OpenGL has two completely separate systems for computing the colors that are assigned to pixels on objects. In the one that you are familiar with, colors are assigned to vertices using functions such as glColor3f, and these vertex colors determine the colors that are displayed. However, this is not physically realistic because the colors that you see actually depend on the interaction of light with various properties of the materials that the light shines on. OpenGL's second rendering system uses lights and materials in a more physically realistic way. To switch to this "lighting and materials" rendering system, you can call glEnable(GL_LIGHTING).
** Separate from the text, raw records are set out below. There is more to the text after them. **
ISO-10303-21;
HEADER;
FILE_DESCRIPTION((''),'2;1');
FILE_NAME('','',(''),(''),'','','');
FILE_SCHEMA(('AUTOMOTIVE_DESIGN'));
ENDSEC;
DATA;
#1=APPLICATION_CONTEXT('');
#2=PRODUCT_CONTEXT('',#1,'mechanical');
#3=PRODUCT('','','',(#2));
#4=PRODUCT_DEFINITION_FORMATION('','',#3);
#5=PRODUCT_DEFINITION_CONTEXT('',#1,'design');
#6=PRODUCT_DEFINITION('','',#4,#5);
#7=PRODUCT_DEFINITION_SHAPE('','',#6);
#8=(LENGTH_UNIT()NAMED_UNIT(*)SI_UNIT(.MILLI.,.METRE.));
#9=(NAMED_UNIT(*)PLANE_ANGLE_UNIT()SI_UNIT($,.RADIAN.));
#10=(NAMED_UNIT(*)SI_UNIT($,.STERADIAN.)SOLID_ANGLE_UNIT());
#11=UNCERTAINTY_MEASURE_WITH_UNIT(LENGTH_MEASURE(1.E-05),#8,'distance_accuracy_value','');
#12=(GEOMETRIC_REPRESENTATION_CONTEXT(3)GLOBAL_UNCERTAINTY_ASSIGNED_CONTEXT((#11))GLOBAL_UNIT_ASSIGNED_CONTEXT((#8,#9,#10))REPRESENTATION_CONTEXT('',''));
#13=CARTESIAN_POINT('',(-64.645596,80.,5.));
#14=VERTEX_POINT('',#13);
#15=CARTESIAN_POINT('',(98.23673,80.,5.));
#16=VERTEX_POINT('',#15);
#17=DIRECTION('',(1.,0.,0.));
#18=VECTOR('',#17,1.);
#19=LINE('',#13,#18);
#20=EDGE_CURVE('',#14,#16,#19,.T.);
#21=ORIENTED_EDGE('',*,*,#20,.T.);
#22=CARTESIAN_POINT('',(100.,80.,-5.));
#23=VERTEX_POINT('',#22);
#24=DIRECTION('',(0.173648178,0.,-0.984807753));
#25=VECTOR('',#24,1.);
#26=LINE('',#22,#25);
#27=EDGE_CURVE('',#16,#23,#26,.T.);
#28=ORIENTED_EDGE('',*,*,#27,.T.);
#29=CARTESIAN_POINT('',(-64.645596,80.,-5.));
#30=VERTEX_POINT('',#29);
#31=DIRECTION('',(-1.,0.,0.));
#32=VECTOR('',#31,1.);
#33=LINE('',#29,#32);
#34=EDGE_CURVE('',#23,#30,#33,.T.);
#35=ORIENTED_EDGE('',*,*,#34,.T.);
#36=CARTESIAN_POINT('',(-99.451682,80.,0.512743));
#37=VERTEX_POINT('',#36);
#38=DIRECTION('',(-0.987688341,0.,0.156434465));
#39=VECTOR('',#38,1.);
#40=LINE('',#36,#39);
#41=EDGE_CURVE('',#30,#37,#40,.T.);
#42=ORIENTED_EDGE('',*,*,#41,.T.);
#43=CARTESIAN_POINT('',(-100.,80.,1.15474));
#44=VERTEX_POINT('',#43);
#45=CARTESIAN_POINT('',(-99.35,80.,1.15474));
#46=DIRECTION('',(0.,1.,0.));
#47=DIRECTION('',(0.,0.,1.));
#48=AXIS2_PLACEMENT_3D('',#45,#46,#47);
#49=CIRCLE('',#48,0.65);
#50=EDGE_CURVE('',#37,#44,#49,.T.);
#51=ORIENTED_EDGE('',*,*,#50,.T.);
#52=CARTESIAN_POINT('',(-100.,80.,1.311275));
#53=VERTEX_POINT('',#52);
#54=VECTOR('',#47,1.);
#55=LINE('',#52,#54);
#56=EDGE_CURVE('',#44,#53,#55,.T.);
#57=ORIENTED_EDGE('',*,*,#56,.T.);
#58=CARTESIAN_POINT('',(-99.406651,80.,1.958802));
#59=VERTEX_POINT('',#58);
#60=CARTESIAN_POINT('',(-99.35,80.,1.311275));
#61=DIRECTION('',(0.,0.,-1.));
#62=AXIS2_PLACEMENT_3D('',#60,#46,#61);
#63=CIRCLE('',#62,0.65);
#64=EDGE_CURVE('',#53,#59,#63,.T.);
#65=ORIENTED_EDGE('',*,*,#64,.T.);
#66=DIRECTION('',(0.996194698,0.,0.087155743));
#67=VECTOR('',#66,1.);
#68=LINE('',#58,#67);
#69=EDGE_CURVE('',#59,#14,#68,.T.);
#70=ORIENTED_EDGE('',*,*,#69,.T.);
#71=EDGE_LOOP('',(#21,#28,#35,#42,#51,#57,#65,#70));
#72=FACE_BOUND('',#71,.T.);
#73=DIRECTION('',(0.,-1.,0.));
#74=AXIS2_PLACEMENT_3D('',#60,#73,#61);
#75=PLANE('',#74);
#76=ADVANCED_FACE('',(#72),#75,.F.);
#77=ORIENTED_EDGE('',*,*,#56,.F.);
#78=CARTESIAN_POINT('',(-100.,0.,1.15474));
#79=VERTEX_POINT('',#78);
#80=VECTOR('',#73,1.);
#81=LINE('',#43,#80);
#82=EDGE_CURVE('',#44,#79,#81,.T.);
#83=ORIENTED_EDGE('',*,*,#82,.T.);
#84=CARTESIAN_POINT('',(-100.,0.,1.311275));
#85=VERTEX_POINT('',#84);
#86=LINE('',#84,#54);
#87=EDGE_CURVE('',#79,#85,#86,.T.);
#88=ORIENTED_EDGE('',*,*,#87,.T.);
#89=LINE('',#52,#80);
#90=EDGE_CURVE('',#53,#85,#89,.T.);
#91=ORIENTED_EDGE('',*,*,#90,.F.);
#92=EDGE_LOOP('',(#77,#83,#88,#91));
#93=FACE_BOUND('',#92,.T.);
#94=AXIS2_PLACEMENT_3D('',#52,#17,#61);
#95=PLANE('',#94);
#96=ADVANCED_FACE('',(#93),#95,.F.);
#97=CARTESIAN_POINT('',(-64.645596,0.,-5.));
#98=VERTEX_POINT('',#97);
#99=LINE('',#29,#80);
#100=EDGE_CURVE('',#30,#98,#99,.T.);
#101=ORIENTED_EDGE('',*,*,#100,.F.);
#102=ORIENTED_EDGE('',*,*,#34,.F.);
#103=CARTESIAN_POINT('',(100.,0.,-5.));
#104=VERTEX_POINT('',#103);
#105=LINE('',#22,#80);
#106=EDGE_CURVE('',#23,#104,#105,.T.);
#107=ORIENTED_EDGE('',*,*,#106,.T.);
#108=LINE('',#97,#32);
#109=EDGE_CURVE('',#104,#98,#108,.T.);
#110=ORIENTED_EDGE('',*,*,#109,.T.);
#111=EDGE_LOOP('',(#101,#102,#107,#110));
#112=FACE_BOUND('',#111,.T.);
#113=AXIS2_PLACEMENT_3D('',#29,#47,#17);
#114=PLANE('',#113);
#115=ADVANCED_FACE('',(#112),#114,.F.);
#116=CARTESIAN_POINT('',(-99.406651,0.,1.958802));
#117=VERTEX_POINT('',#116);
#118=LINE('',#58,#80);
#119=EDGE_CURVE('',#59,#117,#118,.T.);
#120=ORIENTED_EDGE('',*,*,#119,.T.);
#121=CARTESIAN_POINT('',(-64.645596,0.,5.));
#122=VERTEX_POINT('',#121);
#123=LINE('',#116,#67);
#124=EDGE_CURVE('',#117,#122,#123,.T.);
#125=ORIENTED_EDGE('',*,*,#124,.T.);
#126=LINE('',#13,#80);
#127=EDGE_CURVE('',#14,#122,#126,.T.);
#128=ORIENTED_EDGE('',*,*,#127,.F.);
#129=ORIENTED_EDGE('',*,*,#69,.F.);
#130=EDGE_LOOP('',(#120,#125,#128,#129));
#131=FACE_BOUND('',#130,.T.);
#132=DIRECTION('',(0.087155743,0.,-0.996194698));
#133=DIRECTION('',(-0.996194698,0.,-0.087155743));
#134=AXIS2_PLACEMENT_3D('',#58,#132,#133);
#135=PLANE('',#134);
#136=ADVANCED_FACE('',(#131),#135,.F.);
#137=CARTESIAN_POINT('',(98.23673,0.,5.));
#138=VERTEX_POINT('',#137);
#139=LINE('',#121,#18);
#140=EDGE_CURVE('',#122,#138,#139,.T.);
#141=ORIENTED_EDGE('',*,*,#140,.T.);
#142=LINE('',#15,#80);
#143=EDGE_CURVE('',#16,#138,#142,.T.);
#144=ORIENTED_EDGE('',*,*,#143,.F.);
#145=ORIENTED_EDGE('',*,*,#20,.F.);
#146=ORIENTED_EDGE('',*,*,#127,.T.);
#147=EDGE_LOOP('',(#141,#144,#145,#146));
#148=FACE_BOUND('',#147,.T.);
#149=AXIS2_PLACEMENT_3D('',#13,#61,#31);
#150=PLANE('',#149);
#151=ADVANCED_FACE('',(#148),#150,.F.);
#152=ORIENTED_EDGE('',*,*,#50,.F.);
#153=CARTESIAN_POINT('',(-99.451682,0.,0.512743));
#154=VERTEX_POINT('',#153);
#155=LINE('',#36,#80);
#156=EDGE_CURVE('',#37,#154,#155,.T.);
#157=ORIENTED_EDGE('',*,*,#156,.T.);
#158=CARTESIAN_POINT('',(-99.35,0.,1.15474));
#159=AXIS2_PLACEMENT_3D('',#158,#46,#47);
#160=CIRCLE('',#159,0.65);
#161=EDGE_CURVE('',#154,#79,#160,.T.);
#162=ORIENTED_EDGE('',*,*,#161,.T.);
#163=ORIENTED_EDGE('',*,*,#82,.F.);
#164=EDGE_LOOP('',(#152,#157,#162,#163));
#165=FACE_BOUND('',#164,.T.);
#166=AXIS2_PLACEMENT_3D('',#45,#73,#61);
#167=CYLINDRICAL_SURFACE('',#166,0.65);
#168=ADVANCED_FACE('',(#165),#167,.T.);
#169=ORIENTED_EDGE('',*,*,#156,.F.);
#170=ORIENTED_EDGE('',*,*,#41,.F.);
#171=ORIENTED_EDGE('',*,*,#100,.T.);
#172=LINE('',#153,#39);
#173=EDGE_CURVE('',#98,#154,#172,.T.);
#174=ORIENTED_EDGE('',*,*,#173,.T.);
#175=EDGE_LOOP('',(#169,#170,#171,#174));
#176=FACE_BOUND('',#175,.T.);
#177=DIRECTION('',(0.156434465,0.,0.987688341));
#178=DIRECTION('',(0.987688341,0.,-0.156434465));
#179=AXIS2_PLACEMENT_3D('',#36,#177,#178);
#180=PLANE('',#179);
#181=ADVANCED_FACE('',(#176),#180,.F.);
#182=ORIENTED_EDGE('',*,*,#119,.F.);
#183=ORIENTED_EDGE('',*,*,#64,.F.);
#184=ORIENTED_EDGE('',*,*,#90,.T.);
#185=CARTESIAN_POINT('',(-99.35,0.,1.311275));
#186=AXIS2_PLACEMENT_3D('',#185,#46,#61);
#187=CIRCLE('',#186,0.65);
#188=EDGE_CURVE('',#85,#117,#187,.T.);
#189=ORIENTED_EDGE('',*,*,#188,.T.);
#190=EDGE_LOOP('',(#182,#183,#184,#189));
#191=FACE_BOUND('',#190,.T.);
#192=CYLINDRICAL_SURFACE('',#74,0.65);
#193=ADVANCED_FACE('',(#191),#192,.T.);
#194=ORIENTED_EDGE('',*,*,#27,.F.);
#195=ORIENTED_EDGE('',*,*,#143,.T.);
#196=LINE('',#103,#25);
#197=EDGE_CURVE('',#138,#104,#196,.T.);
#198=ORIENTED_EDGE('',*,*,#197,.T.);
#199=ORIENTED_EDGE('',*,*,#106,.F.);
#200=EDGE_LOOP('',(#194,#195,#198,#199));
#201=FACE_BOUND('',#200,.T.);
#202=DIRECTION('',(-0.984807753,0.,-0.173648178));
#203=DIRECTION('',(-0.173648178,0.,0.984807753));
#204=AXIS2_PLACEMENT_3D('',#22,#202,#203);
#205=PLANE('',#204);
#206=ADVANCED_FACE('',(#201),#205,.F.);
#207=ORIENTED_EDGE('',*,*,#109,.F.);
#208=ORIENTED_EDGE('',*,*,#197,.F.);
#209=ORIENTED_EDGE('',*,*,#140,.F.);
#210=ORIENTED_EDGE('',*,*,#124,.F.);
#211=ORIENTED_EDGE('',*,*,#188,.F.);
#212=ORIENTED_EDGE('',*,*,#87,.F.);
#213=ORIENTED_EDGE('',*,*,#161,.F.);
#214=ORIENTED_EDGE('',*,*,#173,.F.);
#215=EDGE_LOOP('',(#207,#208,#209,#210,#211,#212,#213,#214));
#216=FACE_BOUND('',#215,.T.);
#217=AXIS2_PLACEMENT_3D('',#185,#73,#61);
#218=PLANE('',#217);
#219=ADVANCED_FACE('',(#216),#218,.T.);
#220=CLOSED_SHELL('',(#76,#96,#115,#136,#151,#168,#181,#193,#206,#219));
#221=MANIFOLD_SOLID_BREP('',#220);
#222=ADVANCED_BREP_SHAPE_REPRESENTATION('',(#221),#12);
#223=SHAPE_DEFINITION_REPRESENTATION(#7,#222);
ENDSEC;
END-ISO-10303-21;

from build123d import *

# Parameters (mm, degrees)
BOSS_EXTRUDE1_DEPTH = 80


with BuildPart() as part:
    # Sketch1 → Boss-Extrude1 (new body)
    with BuildSketch(Plane(origin=(0, 0, 0), x_dir=(1, 0, 0), z_dir=(0, 1, 0))):
        with BuildLine():
            Line((100, 5), (98.236730193, -5))
            Line((98.236730193, -5), (-64.645595971, -5))
            Line((-64.645595971, -5), (-99.406651233, -1.958801732))
            ThreePointArc((-99.406651233, -1.958801732), (-99.829230269, -1.750408814), (-100, -1.311275179))
            Line((-100, -1.311275179), (-100, -1.154739941))
            ThreePointArc((-100, -1.154739941), (-99.844263878, -0.732598709), (-99.451682402, -0.512742519))
            Line((-99.451682402, -0.512742519), (-64.645595971, 5))
            Line((-64.645595971, 5), (100, 5))
        make_face()
    extrude(amount=BOSS_EXTRUDE1_DEPTH)


solid = part.part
However, if you do this without adding lights to the scene, you will only see a black screen. In fact, there are several things that you must do to get nice 3D images that use lighting and materials. This first part of the lab is a tutorial that will lead you through the steps.

In lab 7, you created a wireframe model that was rendered using the basic color rendering model. In this lab, you should convert your model to solid objects that are rendered using lighting and materials. If you prefer not to work with your own model, you can use my wireframe car instead. If you want to do that, use a copy of the file /home/cs324/open_gl_wireframe_starter.cc. The image at the right shows the car model after it has been converted:

Whether you use this file or your own, follow the following steps:

Step 0: This is already done in the wireframe starter program. Three-D graphics in OpenGL depends on the depth buffer to do hidden surface removal. You have to request that this buffer be created in the glutInitDisplayMode function at the beginning of the main program. The function call should read:

            glutInitDisplayMode(GLUT_RGBA | GLUT_DOUBLE | GLUT_DEPTH);

Also, you must clear the depth buffer at the same time that you clear the image. This is done by adding GL_DEPTH_BUFFER_BIT to the glClear function:

            glClear(GL_COLOR_BUFFER_BIT | GL_DEPTH_BUFFER_BIT);

Step 1: This should have been done in the wireframe starter, but wasn't. Even though you have a depth buffer, it's not used unless you enable it by calling

            glEnable(GL_DEPTH_TEST);

You should add this to the code. A good place to do it is in the init() method.

Step 2: Add a call to glEnable(GL_LIGHTING). You could do this in the init() method. Alternatively, you can enable lighting only for part of your scene and disable it (with glDisable(GL_LIGHTING)) for other parts. The fact is that wireframe objects don't look very good when lit, so in my car program, I did not enable lighting when drawing the text.

Step 3: With lighting in effect, you must have a light in your scene before anything will be visible. You can use up to eight lights in OpenGL, numbered 0 to 7. A light has no effect unless it is enabled. To enable light number zero, include the line

            glEnable(GL_LIGHT0);

in the init() method. Light zero is a white light by default. (Lights number one through seven are black by default. That is, they cast no light even if they are enabled. You also have to assign a color to these lights for them to have any effect.) By default, light zero is a directional light that shines down the z-axis. We'll see how to change this in class, but it's OK for this program. If you compile and run the program at this point, you might catch a glimpse of your wireframe model.

Step 4: Switch to solid objects. Change all the glutWire... objects to glutSolid... objects. (If you are clever, you will do this with a global search and replace.)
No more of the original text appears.